Oracle construction¶
There is no in-tree runnable reference and no published pooled score for our fixtures, so a MATLAB-faithful Python oracle was built: a numpy port of estimateggdparam/estimateaggdparam, a numpy port of MATLAB imresize antialiased bicubic, and prediction through the same vendored allmodel via the official libsvm wheel. Validated on standard natural images, giving sensible BRISQUE values (cameraman ≈ −13.7, astronaut ≈ 2.9, coins ≈ −5.1, moon ≈ 1.4) with healthy GGD alphas (1.4–2.8). This is the correctness anchor.

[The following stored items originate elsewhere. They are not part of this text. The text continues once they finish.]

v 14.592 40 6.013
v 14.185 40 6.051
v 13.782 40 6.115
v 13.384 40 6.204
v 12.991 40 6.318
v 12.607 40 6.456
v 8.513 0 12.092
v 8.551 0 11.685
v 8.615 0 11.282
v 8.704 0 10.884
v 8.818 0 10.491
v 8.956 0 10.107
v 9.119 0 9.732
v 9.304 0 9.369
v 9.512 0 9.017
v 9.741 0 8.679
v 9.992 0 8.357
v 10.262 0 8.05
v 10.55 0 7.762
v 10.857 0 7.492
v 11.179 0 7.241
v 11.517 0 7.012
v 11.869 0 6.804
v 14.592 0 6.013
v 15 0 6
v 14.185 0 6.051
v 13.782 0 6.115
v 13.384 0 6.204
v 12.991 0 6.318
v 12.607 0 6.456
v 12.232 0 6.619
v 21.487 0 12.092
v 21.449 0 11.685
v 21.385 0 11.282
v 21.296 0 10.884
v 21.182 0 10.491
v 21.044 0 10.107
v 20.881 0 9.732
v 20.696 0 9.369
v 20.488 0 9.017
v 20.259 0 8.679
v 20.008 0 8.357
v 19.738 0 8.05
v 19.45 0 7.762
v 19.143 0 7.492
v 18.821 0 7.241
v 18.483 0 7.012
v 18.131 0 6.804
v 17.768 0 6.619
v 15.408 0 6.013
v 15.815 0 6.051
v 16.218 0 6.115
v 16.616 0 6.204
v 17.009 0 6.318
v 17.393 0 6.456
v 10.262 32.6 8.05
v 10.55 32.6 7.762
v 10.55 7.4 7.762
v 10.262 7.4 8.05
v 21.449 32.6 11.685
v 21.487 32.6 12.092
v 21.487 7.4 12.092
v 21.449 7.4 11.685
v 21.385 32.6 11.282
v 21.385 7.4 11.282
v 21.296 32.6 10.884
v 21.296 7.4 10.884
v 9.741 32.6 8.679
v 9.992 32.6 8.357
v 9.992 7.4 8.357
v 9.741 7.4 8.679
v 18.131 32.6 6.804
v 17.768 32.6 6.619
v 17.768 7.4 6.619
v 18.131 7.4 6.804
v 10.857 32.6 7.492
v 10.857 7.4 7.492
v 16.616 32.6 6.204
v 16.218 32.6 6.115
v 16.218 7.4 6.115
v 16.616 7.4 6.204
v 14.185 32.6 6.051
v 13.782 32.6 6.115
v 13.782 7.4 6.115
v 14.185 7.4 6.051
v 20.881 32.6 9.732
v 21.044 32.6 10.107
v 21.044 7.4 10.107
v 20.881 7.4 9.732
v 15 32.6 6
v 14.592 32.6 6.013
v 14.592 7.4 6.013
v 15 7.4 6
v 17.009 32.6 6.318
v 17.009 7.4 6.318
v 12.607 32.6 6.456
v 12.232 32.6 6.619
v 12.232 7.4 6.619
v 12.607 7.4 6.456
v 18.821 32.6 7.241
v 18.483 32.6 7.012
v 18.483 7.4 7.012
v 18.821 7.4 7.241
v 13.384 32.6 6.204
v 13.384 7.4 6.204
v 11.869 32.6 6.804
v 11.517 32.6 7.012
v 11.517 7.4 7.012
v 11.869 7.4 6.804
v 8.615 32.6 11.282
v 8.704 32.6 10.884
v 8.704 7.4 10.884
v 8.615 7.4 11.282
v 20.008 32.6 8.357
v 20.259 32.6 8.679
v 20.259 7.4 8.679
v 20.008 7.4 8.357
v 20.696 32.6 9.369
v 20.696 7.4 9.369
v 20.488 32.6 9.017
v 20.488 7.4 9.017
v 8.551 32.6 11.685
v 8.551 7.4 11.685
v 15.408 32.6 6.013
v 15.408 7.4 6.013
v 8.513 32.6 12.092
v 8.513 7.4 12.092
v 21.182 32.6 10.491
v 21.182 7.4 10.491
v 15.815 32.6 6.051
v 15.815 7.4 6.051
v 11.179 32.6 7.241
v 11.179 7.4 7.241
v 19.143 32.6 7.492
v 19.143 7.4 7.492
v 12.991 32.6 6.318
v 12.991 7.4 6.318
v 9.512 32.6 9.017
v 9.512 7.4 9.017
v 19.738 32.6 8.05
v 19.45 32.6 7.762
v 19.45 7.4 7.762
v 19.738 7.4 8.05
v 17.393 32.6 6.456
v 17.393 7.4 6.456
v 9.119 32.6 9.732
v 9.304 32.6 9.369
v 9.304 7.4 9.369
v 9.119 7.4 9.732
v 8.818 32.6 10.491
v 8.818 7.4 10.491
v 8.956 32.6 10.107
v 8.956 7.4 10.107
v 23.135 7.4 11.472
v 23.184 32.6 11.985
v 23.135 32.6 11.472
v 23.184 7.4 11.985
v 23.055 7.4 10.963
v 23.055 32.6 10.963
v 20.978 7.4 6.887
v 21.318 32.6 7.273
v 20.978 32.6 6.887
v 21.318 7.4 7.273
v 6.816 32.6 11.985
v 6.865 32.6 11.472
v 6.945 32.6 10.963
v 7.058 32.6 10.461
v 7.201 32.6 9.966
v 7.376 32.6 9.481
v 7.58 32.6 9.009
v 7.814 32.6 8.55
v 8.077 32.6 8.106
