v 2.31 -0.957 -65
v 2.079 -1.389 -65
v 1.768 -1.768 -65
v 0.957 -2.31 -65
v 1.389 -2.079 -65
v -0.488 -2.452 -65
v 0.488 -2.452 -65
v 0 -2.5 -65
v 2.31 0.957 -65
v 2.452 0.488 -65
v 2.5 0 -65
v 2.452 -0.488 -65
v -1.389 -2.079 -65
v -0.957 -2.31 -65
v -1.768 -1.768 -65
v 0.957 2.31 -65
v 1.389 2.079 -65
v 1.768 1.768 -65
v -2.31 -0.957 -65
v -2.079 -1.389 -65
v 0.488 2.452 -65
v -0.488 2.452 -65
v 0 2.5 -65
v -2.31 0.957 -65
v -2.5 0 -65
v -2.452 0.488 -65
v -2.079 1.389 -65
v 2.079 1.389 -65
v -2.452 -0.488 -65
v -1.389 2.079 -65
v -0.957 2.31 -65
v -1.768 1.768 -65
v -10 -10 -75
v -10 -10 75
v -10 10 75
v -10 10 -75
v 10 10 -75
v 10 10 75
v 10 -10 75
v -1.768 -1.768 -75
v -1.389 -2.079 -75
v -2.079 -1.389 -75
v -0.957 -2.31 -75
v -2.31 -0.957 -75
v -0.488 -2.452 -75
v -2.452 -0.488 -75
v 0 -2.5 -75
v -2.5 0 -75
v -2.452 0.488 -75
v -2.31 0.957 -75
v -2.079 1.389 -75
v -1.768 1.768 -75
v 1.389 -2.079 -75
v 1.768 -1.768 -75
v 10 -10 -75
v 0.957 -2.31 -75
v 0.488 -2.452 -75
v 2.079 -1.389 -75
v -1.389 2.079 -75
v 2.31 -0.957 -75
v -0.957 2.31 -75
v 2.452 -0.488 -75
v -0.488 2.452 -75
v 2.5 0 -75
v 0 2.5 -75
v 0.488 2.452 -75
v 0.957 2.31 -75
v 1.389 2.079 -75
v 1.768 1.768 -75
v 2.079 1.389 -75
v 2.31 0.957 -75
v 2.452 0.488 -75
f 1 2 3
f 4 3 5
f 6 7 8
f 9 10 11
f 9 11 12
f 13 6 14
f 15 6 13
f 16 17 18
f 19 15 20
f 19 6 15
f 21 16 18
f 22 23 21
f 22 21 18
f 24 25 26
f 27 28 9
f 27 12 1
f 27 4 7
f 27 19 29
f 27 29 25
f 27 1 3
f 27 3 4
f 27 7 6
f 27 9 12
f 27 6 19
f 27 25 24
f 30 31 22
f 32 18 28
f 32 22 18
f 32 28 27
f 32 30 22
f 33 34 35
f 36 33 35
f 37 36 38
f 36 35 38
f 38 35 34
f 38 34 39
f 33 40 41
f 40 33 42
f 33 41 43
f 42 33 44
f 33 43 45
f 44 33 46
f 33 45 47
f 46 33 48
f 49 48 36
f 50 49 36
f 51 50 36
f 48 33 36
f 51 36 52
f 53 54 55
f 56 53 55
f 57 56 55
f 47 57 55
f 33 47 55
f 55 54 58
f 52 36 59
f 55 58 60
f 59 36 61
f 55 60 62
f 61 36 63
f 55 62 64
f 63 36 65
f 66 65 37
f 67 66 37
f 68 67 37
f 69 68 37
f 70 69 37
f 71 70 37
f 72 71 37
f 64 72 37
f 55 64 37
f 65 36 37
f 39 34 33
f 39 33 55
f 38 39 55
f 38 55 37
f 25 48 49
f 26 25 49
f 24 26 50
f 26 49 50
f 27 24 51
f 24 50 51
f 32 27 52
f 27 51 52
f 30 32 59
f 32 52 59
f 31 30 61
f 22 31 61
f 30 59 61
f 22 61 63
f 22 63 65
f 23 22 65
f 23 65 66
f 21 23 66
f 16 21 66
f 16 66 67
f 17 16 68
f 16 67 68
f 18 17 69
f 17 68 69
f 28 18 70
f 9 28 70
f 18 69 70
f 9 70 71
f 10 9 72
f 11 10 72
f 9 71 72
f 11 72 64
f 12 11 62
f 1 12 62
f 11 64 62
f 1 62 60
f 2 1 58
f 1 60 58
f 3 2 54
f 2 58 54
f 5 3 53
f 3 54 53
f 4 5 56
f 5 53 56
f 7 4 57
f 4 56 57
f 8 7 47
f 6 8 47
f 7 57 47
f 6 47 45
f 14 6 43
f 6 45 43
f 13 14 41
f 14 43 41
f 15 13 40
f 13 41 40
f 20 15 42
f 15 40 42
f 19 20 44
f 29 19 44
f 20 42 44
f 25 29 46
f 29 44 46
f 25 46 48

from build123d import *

# Parameters (mm, degrees)
CROQUIS1_W              = 20
CROQUIS1_H              = 20
SALIENTE_EXTRUIR1_DEPTH = 75
CROQUIS2_R              = 2.5
CORTAR_EXTRUIR2_DEPTH   = 10


with BuildPart() as part:
    # Croquis1 → Saliente-Extruir1 (new, symmetric)
    with BuildSketch(Plane.XY):
        Rectangle(CROQUIS1_W, CROQUIS1_H)
    extrude(amount=SALIENTE_EXTRUIR1_DEPTH, both=True)

    # Croquis2 → Cortar-Extruir2 (cut)
    with BuildSketch(Plane(origin=(0, 0, -75), x_dir=(-1, 0, 0), z_dir=(0, 0, -1))):
        Circle(CROQUIS2_R)
    extrude(amount=-CORTAR_EXTRUIR2_DEPTH, mode=Mode.SUBTRACT)


solid = part.part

Numerical-stability finding (shaped the test design)¶
The AGGD strict-sign bucket (x<0 / x>0, zeros excluded) is the crux. On stable natural content the C extractor matches the oracle tightly: cameraman C = -13.708444 vs oracle = -13.708399 (~5e-5, places=4). But on heavily-compressed near-flat content (the VMAF test frames, whose MSCN field is nearly flat), a large fraction of paired products land within ~1e-11 of zero; the sign classification — and hence eta — flips with the last bits of the MSCN field. Two equivalent filter implementations (2D filter2 vs separable, equal to 1e-11) produced final scores of 97.5 vs 80.9 on such a frame purely from sign-classification differences. This is inherent to BRISQUE (the dossier flagged the same near-zero cliff for NIQE's float32 round-trip).

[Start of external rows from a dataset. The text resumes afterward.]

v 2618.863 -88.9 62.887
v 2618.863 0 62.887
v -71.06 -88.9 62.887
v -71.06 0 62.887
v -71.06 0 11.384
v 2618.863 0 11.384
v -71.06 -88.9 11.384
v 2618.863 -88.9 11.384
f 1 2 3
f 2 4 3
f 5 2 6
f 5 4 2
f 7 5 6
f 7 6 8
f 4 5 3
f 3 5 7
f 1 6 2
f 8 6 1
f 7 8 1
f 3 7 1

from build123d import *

# Parameters (mm, degrees)
F1_W     = 251.5227198601
F1_H     = 13.4035423398
F2_DEPTH = 88.9
F3_DEPTH = 38.1
F4_DEPTH = 2438.4


# Not quite as in the source:
# - a feature of the source that left no trace in its solid (it failed there, or was rolled back) is left out


with BuildPart() as f2:
    # F1 (on face) → F2 (new body)
    with BuildSketch(Plane.XZ):
        with Locations((54.7012239695, 18.0854015052)):
            Rectangle(F1_W, F1_H)
    extrude(amount=F2_DEPTH)

    # F3 (add): a face of the model
    f3_faces = [f2.faces().sort_by_distance(p)[0] for p in [
        (54.7012239695, -44.45, 24.7871726751),
    ]]
    extrude(f3_faces, amount=F3_DEPTH)

    # F4 (add): a face of the model
    f4_faces = [f2.faces().sort_by_distance(p)[0] for p in [
        (180.4625838995, -44.45, 37.1354015052),
    ]]
    extrude(f4_faces, amount=F4_DEPTH)


solid = f2.part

Consequence for testing: the unit oracles pin the math exactly; the natural-image cross-check pins end-to-end correctness at places=4; and the in-tree fixture (frame 12 of dis_576x324_48f.yuv, a compressed frame) is snapshotted as the extractor's own deterministic scalar-summation output (81.066729887948) rather than cross-asserted at places=4, because no two implementations agree to 1e-4 on near-flat content.
Decision impact¶
- Follow the MATLAB-trained pipeline (GGD-for-MSCN, sigma 7/6, MATLAB bicubic), not krshrimali's C++.
- Use the inline range arrays; never substitute
allrange. - No output clamp.
- Snapshot the compressed-fixture score; gate correctness via unit oracles + the natural-image cross-check.
- Bundle the model under a documented research-use exception (the maintainer's call; see ADR-1115 alternatives).